Grace turns her head slightly. The tension around her eyes eases. With one final, tiny sob, she relaxes.
“Well,” Jasper says from behind me, his voice so low it’s practically a whisper, “if that ain’t proof Grace—your Grace—is in there somewhere…I don’t know what is. She’ll come back to you, AJ. Just give her time.”
Grace
The constant headache I’ve had since I first woke up here is starting to fade. My eyes still feel like sandpaper, and I have to blink hard for the rose garden outside to come into focus.
Something’s…different. A sweet, floral scent wraps around me, and it’s almost…familiar.
I turn my head.
Shit.
AJ. My husband. He’s stretched out in a narrow recliner next to the bed, legs crossed at the ankles, eyes closed. Soft breaths escape his parted lips. He’s asleep, I think. And holding my hand.
I jerk my arm back, then regret the motion as it makes the room tilt on its axis.

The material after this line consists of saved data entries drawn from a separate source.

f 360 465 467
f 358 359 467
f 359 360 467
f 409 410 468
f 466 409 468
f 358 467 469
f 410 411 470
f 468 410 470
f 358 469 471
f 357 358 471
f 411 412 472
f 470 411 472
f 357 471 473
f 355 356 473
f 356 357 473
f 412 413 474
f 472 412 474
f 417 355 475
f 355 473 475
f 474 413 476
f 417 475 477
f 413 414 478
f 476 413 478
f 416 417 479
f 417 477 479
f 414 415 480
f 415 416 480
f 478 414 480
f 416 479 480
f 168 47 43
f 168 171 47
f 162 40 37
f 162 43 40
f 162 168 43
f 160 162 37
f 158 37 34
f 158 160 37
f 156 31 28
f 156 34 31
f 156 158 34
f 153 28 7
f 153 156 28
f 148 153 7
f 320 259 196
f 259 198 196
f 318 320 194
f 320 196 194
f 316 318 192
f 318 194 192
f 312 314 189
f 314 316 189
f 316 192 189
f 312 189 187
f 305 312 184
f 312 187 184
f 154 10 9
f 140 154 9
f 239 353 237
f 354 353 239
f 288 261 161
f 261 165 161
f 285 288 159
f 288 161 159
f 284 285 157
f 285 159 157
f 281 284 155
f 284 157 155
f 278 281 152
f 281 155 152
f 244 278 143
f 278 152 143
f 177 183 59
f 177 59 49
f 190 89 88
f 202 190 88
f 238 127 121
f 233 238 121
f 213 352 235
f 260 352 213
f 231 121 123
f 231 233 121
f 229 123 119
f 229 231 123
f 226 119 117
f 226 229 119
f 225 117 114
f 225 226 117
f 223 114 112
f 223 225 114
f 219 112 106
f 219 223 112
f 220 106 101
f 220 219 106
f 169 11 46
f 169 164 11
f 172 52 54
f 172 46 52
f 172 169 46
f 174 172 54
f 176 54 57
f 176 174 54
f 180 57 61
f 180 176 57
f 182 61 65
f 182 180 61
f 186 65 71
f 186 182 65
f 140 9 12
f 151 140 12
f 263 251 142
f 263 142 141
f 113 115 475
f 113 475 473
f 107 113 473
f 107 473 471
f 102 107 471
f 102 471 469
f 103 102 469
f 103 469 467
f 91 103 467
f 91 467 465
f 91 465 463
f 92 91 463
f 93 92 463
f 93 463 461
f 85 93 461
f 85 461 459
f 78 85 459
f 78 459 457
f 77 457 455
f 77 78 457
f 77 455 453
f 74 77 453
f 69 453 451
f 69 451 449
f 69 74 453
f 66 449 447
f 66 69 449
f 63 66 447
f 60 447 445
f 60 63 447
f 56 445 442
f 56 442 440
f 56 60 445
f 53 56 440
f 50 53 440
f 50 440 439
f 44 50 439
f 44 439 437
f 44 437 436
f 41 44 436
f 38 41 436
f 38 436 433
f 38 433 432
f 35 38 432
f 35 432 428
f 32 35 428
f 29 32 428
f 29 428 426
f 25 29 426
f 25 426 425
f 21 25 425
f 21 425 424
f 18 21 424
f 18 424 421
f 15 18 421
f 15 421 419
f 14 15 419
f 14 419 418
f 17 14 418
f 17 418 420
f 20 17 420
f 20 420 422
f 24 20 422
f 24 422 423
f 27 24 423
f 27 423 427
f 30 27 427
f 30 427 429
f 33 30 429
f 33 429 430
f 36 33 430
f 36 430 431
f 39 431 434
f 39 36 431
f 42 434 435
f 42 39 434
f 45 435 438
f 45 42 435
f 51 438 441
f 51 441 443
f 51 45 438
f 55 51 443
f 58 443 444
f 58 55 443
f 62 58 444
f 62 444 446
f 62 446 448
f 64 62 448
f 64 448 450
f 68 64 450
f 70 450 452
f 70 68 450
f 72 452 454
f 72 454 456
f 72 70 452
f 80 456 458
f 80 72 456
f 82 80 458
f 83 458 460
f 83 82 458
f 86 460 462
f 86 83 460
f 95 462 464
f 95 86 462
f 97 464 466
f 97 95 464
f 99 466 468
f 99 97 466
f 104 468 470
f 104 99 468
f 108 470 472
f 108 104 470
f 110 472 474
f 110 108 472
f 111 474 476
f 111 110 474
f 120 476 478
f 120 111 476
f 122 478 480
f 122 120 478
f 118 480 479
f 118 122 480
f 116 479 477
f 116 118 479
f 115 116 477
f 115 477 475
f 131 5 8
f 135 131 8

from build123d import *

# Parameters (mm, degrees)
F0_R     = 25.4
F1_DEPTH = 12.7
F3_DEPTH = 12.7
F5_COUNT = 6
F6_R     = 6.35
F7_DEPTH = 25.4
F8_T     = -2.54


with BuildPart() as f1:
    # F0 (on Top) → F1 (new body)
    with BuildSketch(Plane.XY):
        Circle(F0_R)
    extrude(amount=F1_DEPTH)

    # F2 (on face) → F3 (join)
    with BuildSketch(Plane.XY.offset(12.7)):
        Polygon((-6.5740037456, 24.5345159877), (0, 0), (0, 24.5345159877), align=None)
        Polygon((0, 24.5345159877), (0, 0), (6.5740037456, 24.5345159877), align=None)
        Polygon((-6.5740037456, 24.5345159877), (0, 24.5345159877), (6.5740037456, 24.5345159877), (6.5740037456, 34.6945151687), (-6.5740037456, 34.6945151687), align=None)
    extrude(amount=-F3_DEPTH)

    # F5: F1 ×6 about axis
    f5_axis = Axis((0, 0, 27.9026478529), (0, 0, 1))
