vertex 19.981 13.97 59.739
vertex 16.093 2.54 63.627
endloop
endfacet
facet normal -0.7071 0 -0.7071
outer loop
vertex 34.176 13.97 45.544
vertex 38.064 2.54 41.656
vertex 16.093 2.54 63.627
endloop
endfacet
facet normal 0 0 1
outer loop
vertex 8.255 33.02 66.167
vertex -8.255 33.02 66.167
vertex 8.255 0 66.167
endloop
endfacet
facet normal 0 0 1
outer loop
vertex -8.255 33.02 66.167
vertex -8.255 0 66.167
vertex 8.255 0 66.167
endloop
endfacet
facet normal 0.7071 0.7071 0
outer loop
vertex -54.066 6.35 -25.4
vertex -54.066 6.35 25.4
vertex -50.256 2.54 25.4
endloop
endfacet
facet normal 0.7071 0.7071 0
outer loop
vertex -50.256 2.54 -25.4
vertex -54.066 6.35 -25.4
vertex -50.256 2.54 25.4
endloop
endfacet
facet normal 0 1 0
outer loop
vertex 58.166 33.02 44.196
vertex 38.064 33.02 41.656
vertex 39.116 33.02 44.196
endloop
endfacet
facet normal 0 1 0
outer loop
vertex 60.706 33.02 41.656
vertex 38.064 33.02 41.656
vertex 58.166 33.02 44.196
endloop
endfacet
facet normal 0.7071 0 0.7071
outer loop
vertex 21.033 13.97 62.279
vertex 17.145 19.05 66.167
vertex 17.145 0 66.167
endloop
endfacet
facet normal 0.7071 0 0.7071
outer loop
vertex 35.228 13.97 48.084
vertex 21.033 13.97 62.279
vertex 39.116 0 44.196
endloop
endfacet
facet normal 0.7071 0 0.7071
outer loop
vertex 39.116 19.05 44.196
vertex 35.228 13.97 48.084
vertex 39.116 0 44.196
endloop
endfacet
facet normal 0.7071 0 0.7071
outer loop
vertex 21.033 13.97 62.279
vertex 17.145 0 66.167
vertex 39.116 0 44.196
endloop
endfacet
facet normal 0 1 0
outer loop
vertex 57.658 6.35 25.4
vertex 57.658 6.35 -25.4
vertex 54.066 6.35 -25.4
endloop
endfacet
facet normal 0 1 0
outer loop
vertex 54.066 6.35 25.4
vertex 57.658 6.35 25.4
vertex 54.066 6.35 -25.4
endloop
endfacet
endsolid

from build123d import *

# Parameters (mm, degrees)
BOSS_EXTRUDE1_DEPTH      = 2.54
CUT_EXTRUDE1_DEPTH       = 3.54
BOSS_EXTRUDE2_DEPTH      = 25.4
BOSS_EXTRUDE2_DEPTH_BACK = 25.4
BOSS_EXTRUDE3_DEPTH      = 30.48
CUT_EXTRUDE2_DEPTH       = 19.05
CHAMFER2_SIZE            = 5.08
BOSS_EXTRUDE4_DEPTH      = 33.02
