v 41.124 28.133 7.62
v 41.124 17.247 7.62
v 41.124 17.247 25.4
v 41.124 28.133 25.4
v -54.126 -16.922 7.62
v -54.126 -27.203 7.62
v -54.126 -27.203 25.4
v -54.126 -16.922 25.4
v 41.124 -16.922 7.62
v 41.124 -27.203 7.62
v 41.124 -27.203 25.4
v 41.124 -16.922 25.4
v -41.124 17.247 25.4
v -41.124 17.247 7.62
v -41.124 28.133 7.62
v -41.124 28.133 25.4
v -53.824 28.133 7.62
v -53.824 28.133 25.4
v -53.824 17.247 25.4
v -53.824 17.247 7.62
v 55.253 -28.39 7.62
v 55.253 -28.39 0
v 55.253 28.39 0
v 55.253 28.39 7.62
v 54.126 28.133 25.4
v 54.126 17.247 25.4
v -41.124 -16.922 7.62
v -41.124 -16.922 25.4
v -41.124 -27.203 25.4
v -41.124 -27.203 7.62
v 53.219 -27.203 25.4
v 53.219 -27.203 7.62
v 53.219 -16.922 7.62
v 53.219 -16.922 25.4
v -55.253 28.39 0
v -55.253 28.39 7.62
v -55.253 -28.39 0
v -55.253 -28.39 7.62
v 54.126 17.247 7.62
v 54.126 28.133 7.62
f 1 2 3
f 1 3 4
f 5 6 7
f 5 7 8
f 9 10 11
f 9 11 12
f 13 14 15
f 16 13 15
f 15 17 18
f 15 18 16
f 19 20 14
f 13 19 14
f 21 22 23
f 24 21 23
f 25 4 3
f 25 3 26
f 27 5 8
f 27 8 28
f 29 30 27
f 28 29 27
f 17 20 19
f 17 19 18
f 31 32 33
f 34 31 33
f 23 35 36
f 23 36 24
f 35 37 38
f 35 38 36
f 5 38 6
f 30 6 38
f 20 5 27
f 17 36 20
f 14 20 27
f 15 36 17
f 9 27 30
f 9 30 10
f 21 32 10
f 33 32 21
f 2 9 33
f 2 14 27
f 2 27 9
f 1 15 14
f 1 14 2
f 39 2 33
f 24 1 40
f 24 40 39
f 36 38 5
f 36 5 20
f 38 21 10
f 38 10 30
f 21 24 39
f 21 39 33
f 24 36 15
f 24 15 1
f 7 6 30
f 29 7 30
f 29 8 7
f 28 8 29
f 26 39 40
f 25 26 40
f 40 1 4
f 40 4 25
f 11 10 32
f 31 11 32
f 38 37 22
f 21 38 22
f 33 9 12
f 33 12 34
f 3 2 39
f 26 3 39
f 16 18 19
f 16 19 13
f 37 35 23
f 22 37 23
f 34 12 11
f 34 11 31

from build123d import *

# Parameters (mm, degrees)
F0_W     = 110.50678
F0_H     = 56.779732
F3_DEPTH = 7.62
F1_W     = 13.002377
F1_H     = 10.885713
F1_W_2   = 12.095236
F1_H_2   = 10.280952
F1_W_3   = 13.002384
F1_W_4   = 12.7
F4_DEPTH = 25.4


with BuildPart() as f3:
    # F0 (on Top) → F3 (new body)
    with BuildSketch(Plane.XY):
        Rectangle(F0_W, F0_H)
    extrude(amount=F3_DEPTH)

    # F1 (on face) → F4 (join)
    with BuildSketch(Plane.XY):
        with Locations((47.624995, 22.690022)):
            Rectangle(F1_W, F1_H)
        with Locations((47.171425, -22.062356)):
            Rectangle(F1_W_2, F1_H_2)
        with Locations((-47.624999, -22.062356)):
            Rectangle(F1_W_3, F1_H_2)
        with Locations((-47.473807, 22.690022)):
            Rectangle(F1_W_4, F1_H)
    extrude(amount=F4_DEPTH)


solid = f3.part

AJ sits up so quickly, he practically falls out of the chair.
“I’m sorry,” he says, his voice rough. He runs his fingers through his dark brown hair.
A memory tries to push through, but before I can grasp it, it’s gone, like a ghost that was never truly there.
“You were havin’ a nightmare, and I couldn’t… I had to try.”
I want to know if it worked—if he kept the monsters away—but fear stops me from asking.
This is ridiculous. He’s my husband. Why am I so afraid to ask him a simple question? To touch him? To let him hold my hand?
“I brought some of your things with me.” He gestures to the bed, where a colorful quilt now covers the dull beige hospital blanket. “Your mama made that for us when we got married. It’s been on our bed at home ever since.”
I run my fingers over the material. Each square has a different type of flower.
Black-Eyed Susans, bluebonnets, sage, golden poppies, lilies, roses.
It’s so bright and happy—such a contrast to the drab sheets and scratchy blanket I’ve had for days.
With the guardrail on the side of the bed down, I can almost imagine I’m somewhere else.
Somewhere that might be a home. I can’t quite close my still clumsy left hand around the edging, but with my right, I lift the quilt to my nose.
“Do you recognize the scent?” Leaning down, AJ rummages in a black duffel bag.
When he straightens, he’s holding a pearlescent glass bottle with a gold top “This isn’t the one you had when you…
were taken,” he says, his voice dropping to a whisper.
“I spray your pillow with this scent every Saturday. It’s the only way I can sleep in our bed without you.
I bought a new bottle last year. Damn near had a panic attack in the store before the clerk told me the company had switched from blue glass to this. ”
He won’t meet my gaze. This man, who traveled all the way from Austin to get to me, sat with me while I slept, and held my hand through a nightmare, is breaking into pieces over a bottle of perfume.
“I almost gave up.” The first tear rolls down his cheek. “So many times. Belle and the job were all that kept me going.”
His pain fills the space between us until I can’t not ask what he means.
“Gave…up?” I fumble for the remote to raise the bed, but it somehow ended up on my left side, and I can’t make my fingers work the buttons.
AJ leans over and eases the small device from my hand. The brief touch seems to settle him a fraction. If I’m honest, it helps me too.
“After we graduated from college, my brother joined the State Troopers right away, but I took a month off and went to Spain with a couple of friends. You were twenty-two, doing a semester abroad, and it only took me a single date to decide I was going to marry you one day.”
His blue eyes light up with the memory, and I wish I could share it with him.
“Grace, you’ve been my best friend for more than twenty years. My wife for eighteen of them.” He’s crying now, his hands balled into fists on his thighs. “And for the past three, I’ve started and ended every fucking day praying you’d find your way back to me.”